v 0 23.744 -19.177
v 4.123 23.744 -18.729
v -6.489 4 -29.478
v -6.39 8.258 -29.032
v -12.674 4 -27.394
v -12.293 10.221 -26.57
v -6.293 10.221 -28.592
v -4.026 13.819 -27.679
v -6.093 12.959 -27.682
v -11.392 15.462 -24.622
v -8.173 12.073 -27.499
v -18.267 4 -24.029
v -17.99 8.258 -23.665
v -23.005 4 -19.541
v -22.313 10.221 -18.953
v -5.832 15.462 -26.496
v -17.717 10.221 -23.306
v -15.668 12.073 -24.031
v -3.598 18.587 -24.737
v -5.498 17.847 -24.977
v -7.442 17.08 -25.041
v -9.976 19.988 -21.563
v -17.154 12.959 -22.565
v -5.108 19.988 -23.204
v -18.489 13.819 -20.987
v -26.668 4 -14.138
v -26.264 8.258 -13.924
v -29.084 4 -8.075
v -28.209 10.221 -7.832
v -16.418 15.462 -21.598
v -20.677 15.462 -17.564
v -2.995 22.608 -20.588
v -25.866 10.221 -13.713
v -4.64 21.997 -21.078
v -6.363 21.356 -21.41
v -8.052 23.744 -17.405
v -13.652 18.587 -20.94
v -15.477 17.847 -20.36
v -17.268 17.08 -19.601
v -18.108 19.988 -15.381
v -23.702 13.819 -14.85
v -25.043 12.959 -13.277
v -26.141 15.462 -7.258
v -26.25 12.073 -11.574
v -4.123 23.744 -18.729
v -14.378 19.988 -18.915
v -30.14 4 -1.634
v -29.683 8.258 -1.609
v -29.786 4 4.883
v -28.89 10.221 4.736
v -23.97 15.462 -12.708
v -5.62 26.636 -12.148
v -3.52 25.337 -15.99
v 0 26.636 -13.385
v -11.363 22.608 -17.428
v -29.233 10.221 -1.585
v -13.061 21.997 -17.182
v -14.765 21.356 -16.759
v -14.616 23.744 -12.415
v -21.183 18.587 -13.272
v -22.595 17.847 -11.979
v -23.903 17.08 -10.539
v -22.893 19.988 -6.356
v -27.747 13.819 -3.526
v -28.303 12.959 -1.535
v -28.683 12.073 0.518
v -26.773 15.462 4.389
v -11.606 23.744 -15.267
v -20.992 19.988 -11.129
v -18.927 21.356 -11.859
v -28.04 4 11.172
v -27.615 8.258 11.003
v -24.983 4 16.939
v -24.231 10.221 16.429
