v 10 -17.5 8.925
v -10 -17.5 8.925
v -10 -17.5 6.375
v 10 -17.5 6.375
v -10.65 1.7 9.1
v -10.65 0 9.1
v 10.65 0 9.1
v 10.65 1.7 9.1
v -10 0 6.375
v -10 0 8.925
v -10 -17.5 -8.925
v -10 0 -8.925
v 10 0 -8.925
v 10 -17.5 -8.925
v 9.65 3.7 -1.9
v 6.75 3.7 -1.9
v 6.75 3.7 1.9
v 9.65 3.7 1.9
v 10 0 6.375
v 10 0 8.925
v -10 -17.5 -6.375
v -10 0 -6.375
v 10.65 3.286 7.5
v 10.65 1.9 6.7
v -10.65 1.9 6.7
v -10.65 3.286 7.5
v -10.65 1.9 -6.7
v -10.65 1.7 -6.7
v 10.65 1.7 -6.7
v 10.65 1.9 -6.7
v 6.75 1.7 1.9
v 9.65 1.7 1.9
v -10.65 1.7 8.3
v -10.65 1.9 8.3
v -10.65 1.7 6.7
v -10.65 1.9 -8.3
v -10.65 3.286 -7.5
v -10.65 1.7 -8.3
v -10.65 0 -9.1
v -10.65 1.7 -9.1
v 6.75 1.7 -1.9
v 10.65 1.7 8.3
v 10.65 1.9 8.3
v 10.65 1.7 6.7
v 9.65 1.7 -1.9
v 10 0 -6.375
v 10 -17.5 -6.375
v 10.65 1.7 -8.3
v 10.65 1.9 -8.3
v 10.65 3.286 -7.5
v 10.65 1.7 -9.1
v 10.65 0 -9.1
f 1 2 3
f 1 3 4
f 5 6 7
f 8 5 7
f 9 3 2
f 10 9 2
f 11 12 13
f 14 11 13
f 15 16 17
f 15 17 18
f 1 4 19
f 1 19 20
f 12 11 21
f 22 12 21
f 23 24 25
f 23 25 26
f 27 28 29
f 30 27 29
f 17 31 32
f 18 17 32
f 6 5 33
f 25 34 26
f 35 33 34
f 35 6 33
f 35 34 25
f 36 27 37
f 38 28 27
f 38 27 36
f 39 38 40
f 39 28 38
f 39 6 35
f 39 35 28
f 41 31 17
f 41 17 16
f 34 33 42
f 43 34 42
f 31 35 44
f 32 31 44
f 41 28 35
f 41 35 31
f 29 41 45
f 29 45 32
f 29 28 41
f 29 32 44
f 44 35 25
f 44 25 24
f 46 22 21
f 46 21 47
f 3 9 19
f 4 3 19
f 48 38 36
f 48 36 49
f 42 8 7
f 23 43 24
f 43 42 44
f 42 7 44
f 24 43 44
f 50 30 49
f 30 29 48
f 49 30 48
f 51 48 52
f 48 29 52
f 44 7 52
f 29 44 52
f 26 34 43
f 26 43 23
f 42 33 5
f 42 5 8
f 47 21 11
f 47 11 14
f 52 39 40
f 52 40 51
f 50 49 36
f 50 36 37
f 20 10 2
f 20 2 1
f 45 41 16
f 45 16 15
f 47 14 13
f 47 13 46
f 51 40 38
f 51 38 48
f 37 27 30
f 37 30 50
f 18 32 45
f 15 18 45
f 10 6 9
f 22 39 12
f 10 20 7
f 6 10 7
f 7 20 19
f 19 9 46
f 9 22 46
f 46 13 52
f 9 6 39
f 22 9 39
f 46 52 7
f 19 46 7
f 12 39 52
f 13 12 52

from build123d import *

# Parameters (mm, degrees)
SKETCH_2_W       = 21.3
SKETCH_2_H       = 18.2
EXTRUDE_1_DEPTH  = 1.7
SKETCH_4_W       = 21.3
SKETCH_4_H       = 1.6
EXTRUDE_2_DEPTH  = 1.6
CHAMFER_1_SIZE   = 1.4
CHAMFER_1_SIZE_2 = 0.808290377
SKETCH_5_W       = 2.9
SKETCH_5_H       = 3.8
EXTRUDE_3_DEPTH  = 2
SKETCH_6_W       = 20
SKETCH_6_H       = 2.55
EXTRUDE_4_DEPTH  = 17.5


with BuildPart() as part:
    # 草图2 → 凸台-拉伸1 (new body)
    with BuildSketch(Plane(origin=(0, 0, 0), x_dir=(1, 0, 0), z_dir=(0, 1, 0))):
        Rectangle(SKETCH_2_W, SKETCH_2_H)
    extrude(amount=EXTRUDE_1_DEPTH)

    # 草图4 → 凸台-拉伸2 (add)
    with BuildSketch(Plane(origin=(0, 1.7, 0), x_dir=(1, 0, 0), z_dir=(0, 1, 0))):
        with Locations((0, 7.5)):
            Rectangle(SKETCH_4_W, SKETCH_4_H)
        with Locations((0, -7.5)):
            Rectangle(SKETCH_4_W, SKETCH_4_H)
    extrude(amount=EXTRUDE_2_DEPTH)

    # 倒角1
    # the kernel refuses this chamfer: 1.4, 0.808290377 mm, written as the material it takes off along each edge
    with BuildSketch(Plane(origin=(14.271920057, 3.3, 8.3), x_dir=(0, -0.9998132206222079, 0.019326765612701028), z_dir=(-1, 0, 0)), Plane(origin=(-14.271920057, 3.3, 6.7), x_dir=(0, -0.9998132206222079, -0.019326765612701028), z_dir=(1, 0, 0)), Plane(origin=(14.271920057, 3.3, -6.7), x_dir=(0, -0.9998132206222079, 0.019326765612701028), z_dir=(-1, 0, 0)), Plane(origin=(-14.271920057, 3.3, -8.3), x_dir=(0, -0.9998132206222079, -0.019326765612701028), z_dir=(1, 0, 0))) as chamfer_1_piece_1:
        Polygon((CHAMFER_1_SIZE * 0.999813220622, -CHAMFER_1_SIZE * 0.0193267656127), (-CHAMFER_1_SIZE_2 * 0.0193267656095, -CHAMFER_1_SIZE_2 * 0.999813220456), (0, 0), align=None)
    extrude(amount=28.543840113, mode=Mode.SUBTRACT)

    # 草图5 → 凸台-拉伸3 (add)
    with BuildSketch(Plane(origin=(0, 1.7, 0), x_dir=(1, 0, 0), z_dir=(0, 1, 0))):
        with Locations((8.2, 0)):
            Rectangle(SKETCH_5_W, SKETCH_5_H)
    extrude(amount=EXTRUDE_3_DEPTH)

    # 草图6 → 凸台-拉伸4 (add)
    with BuildSketch(Plane.XZ):
        with Locations((0, -7.65)):
            Rectangle(SKETCH_6_W, SKETCH_6_H)
        with Locations((0, 7.65)):
            Rectangle(SKETCH_6_W, SKETCH_6_H)
    extrude(amount=EXTRUDE_4_DEPTH)


solid = part.part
--*--
= Work request =
Every line from the start of the material above through the line that contains "v -22.313 10.221 -18.953" must be written out exactly, with both ends included.

= Solution =
v 0 23.744 -19.177
v 4.123 23.744 -18.729
v -6.489 4 -29.478
v -6.39 8.258 -29.032
v -12.674 4 -27.394
v -12.293 10.221 -26.57
v -6.293 10.221 -28.592
v -4.026 13.819 -27.679
v -6.093 12.959 -27.682
v -11.392 15.462 -24.622
v -8.173 12.073 -27.499
v -18.267 4 -24.029
v -17.99 8.258 -23.665
v -23.005 4 -19.541
v -22.313 10.221 -18.953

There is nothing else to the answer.